PROBLEM TO WORK ON.
The stretch wanted below opens at the line containing "# Sketch001 → Pad (new body)" and closes at the line containing "A parametric FreeCAD". Please return it exactly, with no other lines.

SUPPLIED MATERIAL Block Start

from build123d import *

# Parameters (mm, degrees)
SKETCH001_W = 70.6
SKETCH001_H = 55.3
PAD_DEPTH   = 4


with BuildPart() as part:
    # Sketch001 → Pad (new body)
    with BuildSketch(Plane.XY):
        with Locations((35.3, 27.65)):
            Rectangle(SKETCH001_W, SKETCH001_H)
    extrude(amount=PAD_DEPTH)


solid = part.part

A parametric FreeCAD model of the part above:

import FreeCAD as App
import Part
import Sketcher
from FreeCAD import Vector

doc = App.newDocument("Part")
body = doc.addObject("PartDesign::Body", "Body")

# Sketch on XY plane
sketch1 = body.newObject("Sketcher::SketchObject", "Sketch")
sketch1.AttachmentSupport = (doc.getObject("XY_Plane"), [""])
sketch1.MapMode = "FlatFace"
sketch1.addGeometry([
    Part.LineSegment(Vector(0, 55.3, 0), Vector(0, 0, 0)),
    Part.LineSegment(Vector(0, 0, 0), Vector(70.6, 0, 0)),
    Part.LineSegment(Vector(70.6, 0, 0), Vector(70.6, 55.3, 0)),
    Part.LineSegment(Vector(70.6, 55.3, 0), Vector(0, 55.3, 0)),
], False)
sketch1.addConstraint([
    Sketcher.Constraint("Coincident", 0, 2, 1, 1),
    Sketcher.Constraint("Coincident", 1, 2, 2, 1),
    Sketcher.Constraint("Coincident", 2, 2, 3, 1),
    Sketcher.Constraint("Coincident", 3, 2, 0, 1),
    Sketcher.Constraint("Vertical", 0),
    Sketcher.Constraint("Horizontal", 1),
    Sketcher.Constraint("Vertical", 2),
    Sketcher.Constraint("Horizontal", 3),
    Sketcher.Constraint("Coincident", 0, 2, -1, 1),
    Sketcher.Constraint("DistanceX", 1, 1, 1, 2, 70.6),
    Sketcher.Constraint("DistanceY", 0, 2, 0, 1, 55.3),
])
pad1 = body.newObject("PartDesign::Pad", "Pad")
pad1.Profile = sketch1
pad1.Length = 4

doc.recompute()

SUPPLIED MATERIAL Block End
SUPPLIED MATERIAL Block Start

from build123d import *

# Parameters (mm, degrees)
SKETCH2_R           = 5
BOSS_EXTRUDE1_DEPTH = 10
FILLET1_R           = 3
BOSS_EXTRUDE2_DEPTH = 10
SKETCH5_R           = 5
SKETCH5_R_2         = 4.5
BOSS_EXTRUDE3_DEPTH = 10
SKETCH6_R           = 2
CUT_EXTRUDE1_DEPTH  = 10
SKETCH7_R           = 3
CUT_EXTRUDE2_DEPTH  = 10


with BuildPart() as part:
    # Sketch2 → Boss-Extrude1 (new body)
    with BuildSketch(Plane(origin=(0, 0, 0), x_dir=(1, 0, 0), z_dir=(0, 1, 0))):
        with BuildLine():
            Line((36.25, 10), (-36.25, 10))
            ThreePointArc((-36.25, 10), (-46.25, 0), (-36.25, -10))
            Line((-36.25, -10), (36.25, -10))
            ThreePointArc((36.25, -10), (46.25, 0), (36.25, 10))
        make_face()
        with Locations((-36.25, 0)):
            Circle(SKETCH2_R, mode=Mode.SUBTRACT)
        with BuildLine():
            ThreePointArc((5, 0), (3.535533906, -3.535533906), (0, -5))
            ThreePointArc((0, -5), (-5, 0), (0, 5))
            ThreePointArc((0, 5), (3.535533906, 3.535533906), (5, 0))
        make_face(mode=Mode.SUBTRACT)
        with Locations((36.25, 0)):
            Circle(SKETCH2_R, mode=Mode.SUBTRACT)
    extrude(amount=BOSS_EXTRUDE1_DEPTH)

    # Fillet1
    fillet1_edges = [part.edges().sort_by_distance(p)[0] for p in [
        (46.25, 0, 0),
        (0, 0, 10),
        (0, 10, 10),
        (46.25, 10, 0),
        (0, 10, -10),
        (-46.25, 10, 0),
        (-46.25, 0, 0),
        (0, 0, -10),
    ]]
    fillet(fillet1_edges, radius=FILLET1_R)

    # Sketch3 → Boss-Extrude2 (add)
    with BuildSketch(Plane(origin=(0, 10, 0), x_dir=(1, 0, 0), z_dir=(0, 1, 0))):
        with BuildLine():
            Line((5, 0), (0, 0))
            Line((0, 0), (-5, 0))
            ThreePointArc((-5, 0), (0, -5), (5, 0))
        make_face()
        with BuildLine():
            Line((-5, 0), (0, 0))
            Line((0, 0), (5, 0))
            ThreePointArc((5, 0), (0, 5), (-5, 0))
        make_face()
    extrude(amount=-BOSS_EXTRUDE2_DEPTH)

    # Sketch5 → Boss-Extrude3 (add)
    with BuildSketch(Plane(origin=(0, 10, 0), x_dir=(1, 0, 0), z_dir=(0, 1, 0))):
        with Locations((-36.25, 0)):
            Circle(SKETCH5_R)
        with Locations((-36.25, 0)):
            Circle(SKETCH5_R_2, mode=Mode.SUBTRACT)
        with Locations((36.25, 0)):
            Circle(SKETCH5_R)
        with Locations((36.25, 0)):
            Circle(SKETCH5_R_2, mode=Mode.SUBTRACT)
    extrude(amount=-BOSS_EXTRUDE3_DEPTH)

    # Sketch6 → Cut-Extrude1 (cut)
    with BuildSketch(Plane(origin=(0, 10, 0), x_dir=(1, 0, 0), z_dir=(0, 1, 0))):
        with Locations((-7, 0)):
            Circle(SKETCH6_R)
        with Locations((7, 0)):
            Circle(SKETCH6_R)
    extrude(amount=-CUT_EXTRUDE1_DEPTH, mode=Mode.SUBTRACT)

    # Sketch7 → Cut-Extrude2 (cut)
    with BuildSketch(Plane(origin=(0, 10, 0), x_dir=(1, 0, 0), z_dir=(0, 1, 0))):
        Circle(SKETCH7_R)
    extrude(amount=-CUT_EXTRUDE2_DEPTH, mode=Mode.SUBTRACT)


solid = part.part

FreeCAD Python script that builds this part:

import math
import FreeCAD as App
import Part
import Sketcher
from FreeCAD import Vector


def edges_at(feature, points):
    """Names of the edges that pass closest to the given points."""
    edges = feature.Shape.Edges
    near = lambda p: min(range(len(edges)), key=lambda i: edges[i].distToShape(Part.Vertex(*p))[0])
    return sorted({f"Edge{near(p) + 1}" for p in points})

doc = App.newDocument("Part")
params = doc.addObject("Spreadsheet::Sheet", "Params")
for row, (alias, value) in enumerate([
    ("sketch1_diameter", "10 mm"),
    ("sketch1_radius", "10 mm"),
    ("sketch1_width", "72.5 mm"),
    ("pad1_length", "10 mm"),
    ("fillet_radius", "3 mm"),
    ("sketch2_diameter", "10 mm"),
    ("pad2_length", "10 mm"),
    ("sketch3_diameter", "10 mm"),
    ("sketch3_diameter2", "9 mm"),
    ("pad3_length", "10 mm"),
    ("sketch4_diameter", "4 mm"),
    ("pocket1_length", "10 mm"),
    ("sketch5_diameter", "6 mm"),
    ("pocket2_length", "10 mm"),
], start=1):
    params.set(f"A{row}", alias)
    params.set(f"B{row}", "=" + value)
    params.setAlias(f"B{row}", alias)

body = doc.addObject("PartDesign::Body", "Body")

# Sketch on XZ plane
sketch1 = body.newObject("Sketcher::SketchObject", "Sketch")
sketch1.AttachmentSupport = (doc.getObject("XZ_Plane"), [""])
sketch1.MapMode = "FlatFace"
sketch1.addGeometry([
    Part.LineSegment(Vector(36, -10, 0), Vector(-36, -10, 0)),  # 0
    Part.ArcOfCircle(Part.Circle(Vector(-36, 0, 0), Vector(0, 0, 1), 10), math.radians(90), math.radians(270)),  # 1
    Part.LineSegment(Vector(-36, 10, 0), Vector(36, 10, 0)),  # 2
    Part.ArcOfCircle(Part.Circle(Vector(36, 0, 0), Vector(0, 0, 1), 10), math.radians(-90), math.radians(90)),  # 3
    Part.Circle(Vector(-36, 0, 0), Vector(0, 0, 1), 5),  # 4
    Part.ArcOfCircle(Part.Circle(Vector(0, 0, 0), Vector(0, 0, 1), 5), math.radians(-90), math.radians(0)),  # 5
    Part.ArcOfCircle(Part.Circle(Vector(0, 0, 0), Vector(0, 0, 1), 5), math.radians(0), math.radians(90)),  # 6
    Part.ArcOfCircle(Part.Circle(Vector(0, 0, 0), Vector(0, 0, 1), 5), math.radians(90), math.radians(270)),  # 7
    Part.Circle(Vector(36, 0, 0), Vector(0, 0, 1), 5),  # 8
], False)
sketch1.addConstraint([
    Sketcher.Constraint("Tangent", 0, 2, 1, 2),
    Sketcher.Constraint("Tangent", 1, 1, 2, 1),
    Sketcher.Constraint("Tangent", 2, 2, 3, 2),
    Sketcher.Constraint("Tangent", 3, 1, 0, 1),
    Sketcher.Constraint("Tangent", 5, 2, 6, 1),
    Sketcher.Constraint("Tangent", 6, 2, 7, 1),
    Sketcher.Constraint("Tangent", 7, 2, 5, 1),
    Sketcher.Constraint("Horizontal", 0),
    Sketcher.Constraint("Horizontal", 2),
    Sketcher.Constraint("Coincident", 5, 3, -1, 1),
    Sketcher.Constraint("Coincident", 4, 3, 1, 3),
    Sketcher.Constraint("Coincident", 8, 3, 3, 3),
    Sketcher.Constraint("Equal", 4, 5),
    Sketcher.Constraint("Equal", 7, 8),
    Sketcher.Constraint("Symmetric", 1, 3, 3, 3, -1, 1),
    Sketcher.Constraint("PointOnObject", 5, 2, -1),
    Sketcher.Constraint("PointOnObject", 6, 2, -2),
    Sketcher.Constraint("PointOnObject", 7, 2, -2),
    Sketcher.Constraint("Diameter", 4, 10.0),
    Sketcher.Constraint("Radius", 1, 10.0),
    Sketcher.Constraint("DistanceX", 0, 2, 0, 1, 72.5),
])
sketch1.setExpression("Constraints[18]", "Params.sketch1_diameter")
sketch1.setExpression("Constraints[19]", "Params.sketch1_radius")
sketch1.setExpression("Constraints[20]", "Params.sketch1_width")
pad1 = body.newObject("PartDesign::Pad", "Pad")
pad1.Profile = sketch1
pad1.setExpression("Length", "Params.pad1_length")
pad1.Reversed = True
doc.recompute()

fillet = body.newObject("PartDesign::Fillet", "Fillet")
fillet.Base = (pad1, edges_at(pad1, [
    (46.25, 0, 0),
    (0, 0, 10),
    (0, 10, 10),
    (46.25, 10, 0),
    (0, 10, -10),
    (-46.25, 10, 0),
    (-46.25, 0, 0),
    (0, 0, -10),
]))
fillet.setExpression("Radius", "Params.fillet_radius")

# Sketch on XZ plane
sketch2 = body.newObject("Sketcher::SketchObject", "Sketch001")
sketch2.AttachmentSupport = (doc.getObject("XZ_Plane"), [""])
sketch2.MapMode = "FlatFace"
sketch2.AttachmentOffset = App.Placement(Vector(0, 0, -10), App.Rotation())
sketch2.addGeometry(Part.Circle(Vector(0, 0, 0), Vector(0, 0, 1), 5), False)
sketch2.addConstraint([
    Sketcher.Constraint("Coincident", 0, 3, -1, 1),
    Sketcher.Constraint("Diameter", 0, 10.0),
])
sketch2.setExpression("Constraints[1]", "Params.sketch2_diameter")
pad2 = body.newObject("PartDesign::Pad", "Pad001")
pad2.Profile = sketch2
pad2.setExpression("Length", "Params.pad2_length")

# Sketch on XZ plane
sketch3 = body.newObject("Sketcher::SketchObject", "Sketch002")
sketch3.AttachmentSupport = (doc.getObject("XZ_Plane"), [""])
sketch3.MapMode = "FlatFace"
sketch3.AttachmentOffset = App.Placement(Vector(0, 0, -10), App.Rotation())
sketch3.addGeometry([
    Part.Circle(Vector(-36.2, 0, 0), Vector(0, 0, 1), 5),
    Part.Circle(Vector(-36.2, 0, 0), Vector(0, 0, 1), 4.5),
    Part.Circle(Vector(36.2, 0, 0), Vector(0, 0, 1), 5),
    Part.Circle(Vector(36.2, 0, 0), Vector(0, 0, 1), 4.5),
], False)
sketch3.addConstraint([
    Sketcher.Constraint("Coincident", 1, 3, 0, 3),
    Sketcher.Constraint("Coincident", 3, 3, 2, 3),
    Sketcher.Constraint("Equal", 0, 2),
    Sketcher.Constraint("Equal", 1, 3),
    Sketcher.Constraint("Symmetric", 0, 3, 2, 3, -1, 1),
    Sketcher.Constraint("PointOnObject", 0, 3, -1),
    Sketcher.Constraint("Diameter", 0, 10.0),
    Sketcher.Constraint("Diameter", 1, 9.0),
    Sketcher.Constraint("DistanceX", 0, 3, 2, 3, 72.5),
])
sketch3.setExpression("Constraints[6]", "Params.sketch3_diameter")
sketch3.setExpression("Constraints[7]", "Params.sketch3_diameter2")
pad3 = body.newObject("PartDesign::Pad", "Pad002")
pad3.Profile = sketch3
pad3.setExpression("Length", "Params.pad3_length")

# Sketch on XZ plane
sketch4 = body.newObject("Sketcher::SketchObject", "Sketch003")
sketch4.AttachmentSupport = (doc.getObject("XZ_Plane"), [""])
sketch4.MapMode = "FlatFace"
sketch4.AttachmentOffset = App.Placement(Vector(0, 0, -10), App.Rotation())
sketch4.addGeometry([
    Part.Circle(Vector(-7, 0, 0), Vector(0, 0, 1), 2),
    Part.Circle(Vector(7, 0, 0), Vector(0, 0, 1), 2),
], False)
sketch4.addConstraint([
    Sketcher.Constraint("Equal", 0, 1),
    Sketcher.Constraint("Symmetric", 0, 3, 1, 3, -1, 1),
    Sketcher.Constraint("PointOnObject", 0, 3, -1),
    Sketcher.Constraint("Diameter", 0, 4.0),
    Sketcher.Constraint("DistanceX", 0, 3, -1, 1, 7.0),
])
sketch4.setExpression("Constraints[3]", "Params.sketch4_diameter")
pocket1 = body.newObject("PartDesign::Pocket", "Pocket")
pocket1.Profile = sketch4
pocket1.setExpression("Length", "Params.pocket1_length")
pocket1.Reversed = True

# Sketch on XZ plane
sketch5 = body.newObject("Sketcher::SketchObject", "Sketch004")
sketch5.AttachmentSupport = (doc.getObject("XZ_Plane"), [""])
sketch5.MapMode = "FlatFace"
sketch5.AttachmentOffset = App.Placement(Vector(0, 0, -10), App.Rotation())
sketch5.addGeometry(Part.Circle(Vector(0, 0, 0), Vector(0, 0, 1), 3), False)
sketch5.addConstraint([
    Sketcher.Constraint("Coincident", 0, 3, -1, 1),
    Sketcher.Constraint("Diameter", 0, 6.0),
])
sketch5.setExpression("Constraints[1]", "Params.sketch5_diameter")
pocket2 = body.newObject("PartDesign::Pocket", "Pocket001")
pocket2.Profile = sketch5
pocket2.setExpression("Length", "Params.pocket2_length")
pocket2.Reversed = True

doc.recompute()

SUPPLIED MATERIAL Block End

ANSWER SECTION.
    # Sketch001 → Pad (new body)
    with BuildSketch(Plane.XY):
        with Locations((35.3, 27.65)):
            Rectangle(SKETCH001_W, SKETCH001_H)
    extrude(amount=PAD_DEPTH)


solid = part.part

A parametric FreeCAD model of the part above:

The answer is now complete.